My name is Alan Heanue I am a 4th year software development Studying in the Galway-Mayo Intitute of Technology This is one of 5 modules i am Working on this semester it focuses mainly on emerging technologies and how these technologies can be used for industry based usage

About Flask Python Digit Reader

The web app is written in Python using the Flask web framework. I use JavaScript to collect drawings in an HTML canvas element and Machine Learning (ML) for handwritten digit recognition. The digit recognizer is a Convolutional Neural Network (CNN) trained on the MNIST dataset using the Tensorflow software library.

After training, the CNN showed 92.92% accuracy on MNIST's test dataset. To learn all about my architecture checkout my Diagram about it below.

Overview

Project Brief

N|Solid

I will cover a much simpler approach, similar to the one used here. I’ll use

  • Flaskto build the API (back-end)

  • jquery.ajax to handle requests to the API from your client (front-end)

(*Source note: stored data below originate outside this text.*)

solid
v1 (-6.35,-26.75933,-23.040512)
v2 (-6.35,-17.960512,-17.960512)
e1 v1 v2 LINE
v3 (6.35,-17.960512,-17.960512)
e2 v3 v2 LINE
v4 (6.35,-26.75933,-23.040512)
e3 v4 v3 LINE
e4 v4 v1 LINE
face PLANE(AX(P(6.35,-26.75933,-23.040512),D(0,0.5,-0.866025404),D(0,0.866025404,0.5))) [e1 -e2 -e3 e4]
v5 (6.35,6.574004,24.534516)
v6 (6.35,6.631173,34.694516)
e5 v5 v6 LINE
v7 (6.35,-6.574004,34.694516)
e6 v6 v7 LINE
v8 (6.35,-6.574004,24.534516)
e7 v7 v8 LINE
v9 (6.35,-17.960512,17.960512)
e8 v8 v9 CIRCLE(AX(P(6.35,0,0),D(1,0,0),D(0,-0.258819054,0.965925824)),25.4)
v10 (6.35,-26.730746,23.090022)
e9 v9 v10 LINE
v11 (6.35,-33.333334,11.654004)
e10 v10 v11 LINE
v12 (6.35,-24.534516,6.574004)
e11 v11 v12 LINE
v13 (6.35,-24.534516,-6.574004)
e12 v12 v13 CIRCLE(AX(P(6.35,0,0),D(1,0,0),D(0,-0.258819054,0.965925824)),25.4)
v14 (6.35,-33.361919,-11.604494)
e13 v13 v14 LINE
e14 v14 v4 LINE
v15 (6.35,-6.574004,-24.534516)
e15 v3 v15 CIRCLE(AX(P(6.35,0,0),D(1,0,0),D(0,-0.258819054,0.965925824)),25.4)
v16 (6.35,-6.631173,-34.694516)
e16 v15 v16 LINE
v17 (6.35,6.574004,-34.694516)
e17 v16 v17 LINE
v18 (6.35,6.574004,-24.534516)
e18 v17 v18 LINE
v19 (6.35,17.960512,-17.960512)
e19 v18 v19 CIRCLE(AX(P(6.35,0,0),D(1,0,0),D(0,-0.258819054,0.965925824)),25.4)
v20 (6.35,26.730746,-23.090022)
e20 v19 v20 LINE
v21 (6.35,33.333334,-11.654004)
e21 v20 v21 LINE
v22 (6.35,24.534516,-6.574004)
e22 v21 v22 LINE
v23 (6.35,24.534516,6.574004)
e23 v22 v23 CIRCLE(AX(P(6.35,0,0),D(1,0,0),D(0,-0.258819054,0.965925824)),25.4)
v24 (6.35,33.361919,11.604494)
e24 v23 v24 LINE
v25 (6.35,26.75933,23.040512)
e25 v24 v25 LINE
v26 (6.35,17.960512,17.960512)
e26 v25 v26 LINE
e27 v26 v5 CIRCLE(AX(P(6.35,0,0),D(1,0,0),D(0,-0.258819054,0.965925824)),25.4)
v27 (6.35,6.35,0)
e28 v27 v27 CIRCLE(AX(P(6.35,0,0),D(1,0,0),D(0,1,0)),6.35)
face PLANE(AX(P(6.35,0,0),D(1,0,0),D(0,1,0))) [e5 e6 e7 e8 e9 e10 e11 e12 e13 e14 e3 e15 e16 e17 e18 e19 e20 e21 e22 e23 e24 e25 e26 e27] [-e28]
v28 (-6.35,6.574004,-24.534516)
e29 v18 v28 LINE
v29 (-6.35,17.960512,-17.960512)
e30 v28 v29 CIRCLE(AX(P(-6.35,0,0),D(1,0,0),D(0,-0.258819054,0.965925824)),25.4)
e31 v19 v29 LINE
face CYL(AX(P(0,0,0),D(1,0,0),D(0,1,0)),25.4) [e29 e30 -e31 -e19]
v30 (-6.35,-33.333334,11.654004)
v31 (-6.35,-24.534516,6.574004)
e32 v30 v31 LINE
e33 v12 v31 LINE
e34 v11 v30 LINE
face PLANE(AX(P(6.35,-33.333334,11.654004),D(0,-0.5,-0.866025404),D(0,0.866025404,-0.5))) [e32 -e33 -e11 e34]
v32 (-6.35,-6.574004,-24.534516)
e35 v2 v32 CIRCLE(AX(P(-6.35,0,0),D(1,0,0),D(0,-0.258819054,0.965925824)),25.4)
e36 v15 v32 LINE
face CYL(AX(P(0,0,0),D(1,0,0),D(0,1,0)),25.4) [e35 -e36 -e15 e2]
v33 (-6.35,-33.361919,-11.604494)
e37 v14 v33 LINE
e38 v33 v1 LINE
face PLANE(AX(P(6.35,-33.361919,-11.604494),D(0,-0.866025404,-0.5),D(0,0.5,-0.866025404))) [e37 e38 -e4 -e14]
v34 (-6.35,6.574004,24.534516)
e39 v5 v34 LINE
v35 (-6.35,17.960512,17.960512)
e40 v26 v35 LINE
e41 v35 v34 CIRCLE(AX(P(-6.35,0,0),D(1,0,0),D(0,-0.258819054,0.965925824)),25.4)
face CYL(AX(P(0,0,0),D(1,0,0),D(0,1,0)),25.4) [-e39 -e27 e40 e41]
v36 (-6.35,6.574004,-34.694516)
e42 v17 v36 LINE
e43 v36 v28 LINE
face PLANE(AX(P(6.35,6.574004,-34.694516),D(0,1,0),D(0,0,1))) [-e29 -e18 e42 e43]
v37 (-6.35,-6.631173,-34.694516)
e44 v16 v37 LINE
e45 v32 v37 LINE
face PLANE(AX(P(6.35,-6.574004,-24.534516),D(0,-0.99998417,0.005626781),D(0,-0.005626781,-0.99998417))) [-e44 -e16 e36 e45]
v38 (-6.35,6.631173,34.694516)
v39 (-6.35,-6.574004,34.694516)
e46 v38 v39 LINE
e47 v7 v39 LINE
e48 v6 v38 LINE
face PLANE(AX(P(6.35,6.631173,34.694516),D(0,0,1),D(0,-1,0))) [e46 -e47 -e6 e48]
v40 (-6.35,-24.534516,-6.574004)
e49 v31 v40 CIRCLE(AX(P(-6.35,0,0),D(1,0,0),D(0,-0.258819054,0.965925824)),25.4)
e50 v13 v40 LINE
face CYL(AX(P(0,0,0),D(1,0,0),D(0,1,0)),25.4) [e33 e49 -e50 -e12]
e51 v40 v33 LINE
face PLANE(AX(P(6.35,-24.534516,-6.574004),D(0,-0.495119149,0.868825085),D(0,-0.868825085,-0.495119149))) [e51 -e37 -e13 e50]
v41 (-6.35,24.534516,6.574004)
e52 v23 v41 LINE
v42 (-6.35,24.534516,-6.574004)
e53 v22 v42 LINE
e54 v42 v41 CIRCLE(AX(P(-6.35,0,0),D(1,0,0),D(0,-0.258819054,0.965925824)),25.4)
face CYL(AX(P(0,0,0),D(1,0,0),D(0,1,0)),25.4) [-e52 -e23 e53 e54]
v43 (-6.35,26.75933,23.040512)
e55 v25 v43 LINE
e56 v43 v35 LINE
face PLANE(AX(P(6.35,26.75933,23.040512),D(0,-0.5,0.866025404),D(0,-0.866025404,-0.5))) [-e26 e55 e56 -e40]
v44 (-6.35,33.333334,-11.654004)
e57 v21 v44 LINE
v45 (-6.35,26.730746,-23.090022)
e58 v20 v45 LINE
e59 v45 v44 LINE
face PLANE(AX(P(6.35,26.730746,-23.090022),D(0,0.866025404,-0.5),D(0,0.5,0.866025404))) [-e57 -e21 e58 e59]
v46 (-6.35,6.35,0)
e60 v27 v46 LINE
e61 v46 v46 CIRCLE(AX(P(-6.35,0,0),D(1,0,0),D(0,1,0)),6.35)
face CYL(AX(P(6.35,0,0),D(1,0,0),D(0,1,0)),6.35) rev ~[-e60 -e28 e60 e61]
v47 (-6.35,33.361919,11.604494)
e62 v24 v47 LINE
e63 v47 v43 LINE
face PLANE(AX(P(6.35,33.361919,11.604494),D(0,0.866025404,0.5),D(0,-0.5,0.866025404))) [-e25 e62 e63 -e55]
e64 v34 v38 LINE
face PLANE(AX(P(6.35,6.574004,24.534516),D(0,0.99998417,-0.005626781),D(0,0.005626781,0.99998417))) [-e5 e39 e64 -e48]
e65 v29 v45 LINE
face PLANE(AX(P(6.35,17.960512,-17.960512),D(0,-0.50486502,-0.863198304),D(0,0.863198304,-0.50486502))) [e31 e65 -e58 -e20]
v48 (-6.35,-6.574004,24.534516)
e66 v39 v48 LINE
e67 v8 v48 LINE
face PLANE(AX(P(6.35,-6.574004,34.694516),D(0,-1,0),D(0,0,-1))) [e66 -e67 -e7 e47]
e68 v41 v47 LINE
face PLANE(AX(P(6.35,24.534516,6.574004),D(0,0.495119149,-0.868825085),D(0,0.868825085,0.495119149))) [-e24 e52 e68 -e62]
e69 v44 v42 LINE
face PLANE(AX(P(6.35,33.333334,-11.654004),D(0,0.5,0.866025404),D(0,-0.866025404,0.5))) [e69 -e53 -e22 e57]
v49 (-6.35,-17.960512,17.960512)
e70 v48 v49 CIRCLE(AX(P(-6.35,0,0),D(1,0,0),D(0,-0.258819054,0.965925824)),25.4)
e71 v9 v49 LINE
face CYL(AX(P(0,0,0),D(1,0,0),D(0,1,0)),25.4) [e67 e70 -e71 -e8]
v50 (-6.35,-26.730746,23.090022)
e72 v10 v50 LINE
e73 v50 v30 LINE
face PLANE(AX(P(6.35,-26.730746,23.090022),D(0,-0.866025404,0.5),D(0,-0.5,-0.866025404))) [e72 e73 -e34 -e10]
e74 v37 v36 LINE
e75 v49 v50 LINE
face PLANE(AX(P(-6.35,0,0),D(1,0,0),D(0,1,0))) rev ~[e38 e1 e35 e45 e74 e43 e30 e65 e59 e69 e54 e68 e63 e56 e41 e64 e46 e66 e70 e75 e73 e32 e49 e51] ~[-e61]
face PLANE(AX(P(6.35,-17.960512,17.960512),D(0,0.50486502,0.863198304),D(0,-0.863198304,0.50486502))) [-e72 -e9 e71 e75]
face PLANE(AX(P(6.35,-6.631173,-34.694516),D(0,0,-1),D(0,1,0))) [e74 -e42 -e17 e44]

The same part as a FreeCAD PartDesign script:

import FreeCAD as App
import Part
import Sketcher
from FreeCAD import Vector
Q = App.Units.Quantity


def add_polygon(sketch, points):
    """Adds a closed chain of lines whose ends are joined by coincident constraints."""
    first, n = sketch.GeometryCount, len(points)
    for a, b in zip(points, points[1:] + points[:1]):
        sketch.addGeometry(Part.LineSegment(App.Vector(*a, 0), App.Vector(*b, 0)), False)
    for i in range(n):
        sketch.addConstraint(Sketcher.Constraint("Coincident", first + i, 2, first + (i + 1) % n, 1))

doc = App.newDocument("Part")
params = doc.addObject("Spreadsheet::Sheet", "Params")
for row, (alias, value) in enumerate([
    ("sketch1_diameter", "2 in"),
    ("pad1_length", "0.5 in"),
    ("sketch2_length", "1 in"),
    ("sketch2_length2", "1 in"),
    ("sketch2_height", "0.4 in"),
    ("pad2_length", "0.5 in"),
    ("sketch3_diameter", "0.5 in"),
    ("pocket1_length", "1 in"),
], start=1):
    params.set(f"A{row}", alias)
    params.set(f"B{row}", "=" + value)
    params.setAlias(f"B{row}", alias)

body = doc.addObject("PartDesign::Body", "Body")

# Sketch on YZ plane
sketch1 = body.newObject("Sketcher::SketchObject", "Sketch")
sketch1.AttachmentSupport = (doc.getObject("YZ_Plane"), [""])
sketch1.MapMode = "FlatFace"
sketch1.addGeometry(Part.Circle(Vector(0, 0, 0), Vector(0, 0, 1), 25), False)
sketch1.addConstraint([
    Sketcher.Constraint("Coincident", 0, 3, -1, 1),
    Sketcher.Constraint("Diameter", 0, Q("2 in")),
])
sketch1.setExpression("Constraints[1]", "Params.sketch1_diameter")
pad1 = body.newObject("PartDesign::Pad", "Pad")
pad1.Profile = sketch1
pad1.setExpression("Length", "Params.pad1_length")
pad1.Midplane = True

# Sketch on YZ plane
sketch2 = body.newObject("Sketcher::SketchObject", "Sketch001")
sketch2.AttachmentSupport = (doc.getObject("YZ_Plane"), [""])
sketch2.MapMode = "FlatFace"
sketch2.AttachmentOffset = App.Placement(Vector(0, 0, 0.25 * 25.4), App.Rotation())
add_polygon(sketch2, [(-6.574004, 24.534516), (0, 0), (6.574004, 24.534516), (6.631173, 34.694516), (-6.574004, 34.694516)])  # lines 0-4
sketch2.addConstraint([
    Sketcher.Constraint("Horizontal", 3),
    Sketcher.Constraint("Vertical", 4),
    Sketcher.Constraint("Coincident", 0, 2, -1, 1),
    Sketcher.Constraint("Distance", 0, Q("1 in")),
    Sketcher.Constraint("Distance", 1, Q("1 in")),
    Sketcher.Constraint("DistanceY", 4, 2, 4, 1, Q("0.4 in")),
    Sketcher.Constraint("DistanceY", 1, 2, 2, 2, Q("0.4 in")),
    Sketcher.Constraint("Distance", 2, 10.160161),
    Sketcher.Constraint("DistanceX", 3, 2, 3, 1, 13.205177),
])
sketch2.setExpression("Constraints[8]", "Params.sketch2_length")
sketch2.setExpression("Constraints[9]", "Params.sketch2_length2")
sketch2.setExpression("Constraints[10]", "Params.sketch2_height")
pad2 = body.newObject("PartDesign::Pad", "Pad001")
pad2.Profile = sketch2
pad2.setExpression("Length", "Params.pad2_length")
pad2.Reversed = True
body2 = doc.addObject("PartDesign::Body", "Body001")
doc.recompute()

body2.BaseFeature = body
doc.recompute()

body3 = doc.addObject("PartDesign::Body", "Body002")
body3.BaseFeature = body
body3.Placement = App.Placement(Vector(0, 0, 0), App.Rotation(Vector(-1, 0, 0), 60))
boolean = body2.newObject("PartDesign::Boolean", "Boolean")
boolean.Type = "Fuse"
boolean.addObjects([body3])
doc.recompute()

body4 = doc.addObject("PartDesign::Body", "Body003")
body4.BaseFeature = body
body4.Placement = App.Placement(Vector(0, 0, 0), App.Rotation(Vector(-1, 0, 0), 120))
boolean2 = body2.newObject("PartDesign::Boolean", "Boolean001")
boolean2.Type = "Fuse"
boolean2.addObjects([body4])
doc.recompute()

body5 = doc.addObject("PartDesign::Body", "Body004")
body5.BaseFeature = body
body5.Placement = App.Placement(Vector(0, 0, 0), App.Rotation(Vector(-1, 0, 0), 180))
boolean3 = body2.newObject("PartDesign::Boolean", "Boolean002")
boolean3.Type = "Fuse"
boolean3.addObjects([body5])
doc.recompute()

body6 = doc.addObject("PartDesign::Body", "Body005")
body6.BaseFeature = body
body6.Placement = App.Placement(Vector(0, 0, 0), App.Rotation(Vector(-1, 0, 0), 240))
boolean4 = body2.newObject("PartDesign::Boolean", "Boolean003")
boolean4.Type = "Fuse"
boolean4.addObjects([body6])
doc.recompute()

body.Placement = App.Placement(Vector(0, 0, 0), App.Rotation(Vector(-1, 0, 0), 300))
boolean5 = body2.newObject("PartDesign::Boolean", "Boolean004")
boolean5.Type = "Fuse"
boolean5.addObjects([body])

# Sketch on YZ plane
sketch3 = body2.newObject("Sketcher::SketchObject", "Sketch002")
sketch3.AttachmentSupport = (doc.getObject("YZ_Plane001"), [""])
sketch3.MapMode = "FlatFace"
sketch3.AttachmentOffset = App.Placement(Vector(0, 0, 0.25 * 25.4), App.Rotation())
sketch3.addGeometry(Part.Circle(Vector(0, 0, 0), Vector(0, 0, 1), 6), False)
sketch3.addConstraint([
    Sketcher.Constraint("Coincident", 0, 3, -1, 1),
    Sketcher.Constraint("Diameter", 0, Q("0.5 in")),
])
sketch3.setExpression("Constraints[1]", "Params.sketch3_diameter")
pocket1 = body2.newObject("PartDesign::Pocket", "Pocket")
pocket1.Profile = sketch3
pocket1.setExpression("Length", "Params.pocket1_length")

doc.recompute()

  • I use JavaScript(FabricJs) to allow the user to draw graphics on the fly in an HTML canvas element

The JavaScript code is adapted from a script I found on CodePen. The image drawn by the user is collected and encoded in base64 format for convenient processing. Base64 encoding is a way to represent binary data in an ASCII string format, often used for images in web development.

Steps Taken

The next step is to share the digit with the server, where Flask will handle the rest. I am using AJAX with JQuery, which allows me to update the page to display the result of the digit recognition without having to reload the whole web page. To write the code I used the example in Flask's documentation as a starting point and changed it to transfer the data in JSON format in the body of a POST request. The following is the final JavaScript function (found at the end of the source html in the page index.html).

Ajax call


              $.ajax({
                    type: 'post',
                    url: '/',
                    data: {
                        imageBase64 : imgURL
                    },
                
                    success: function(data){
                        $('#guess').text(data.guess);
                    }              
                });                     
            }

Flask

I needed Flask to perform three tasks besides rendering the website: collect the base64-encoded handwritten digit images; hand the images over to the machine learning recognizer; and return the result back to the front end. The complete Flask code is shown here below.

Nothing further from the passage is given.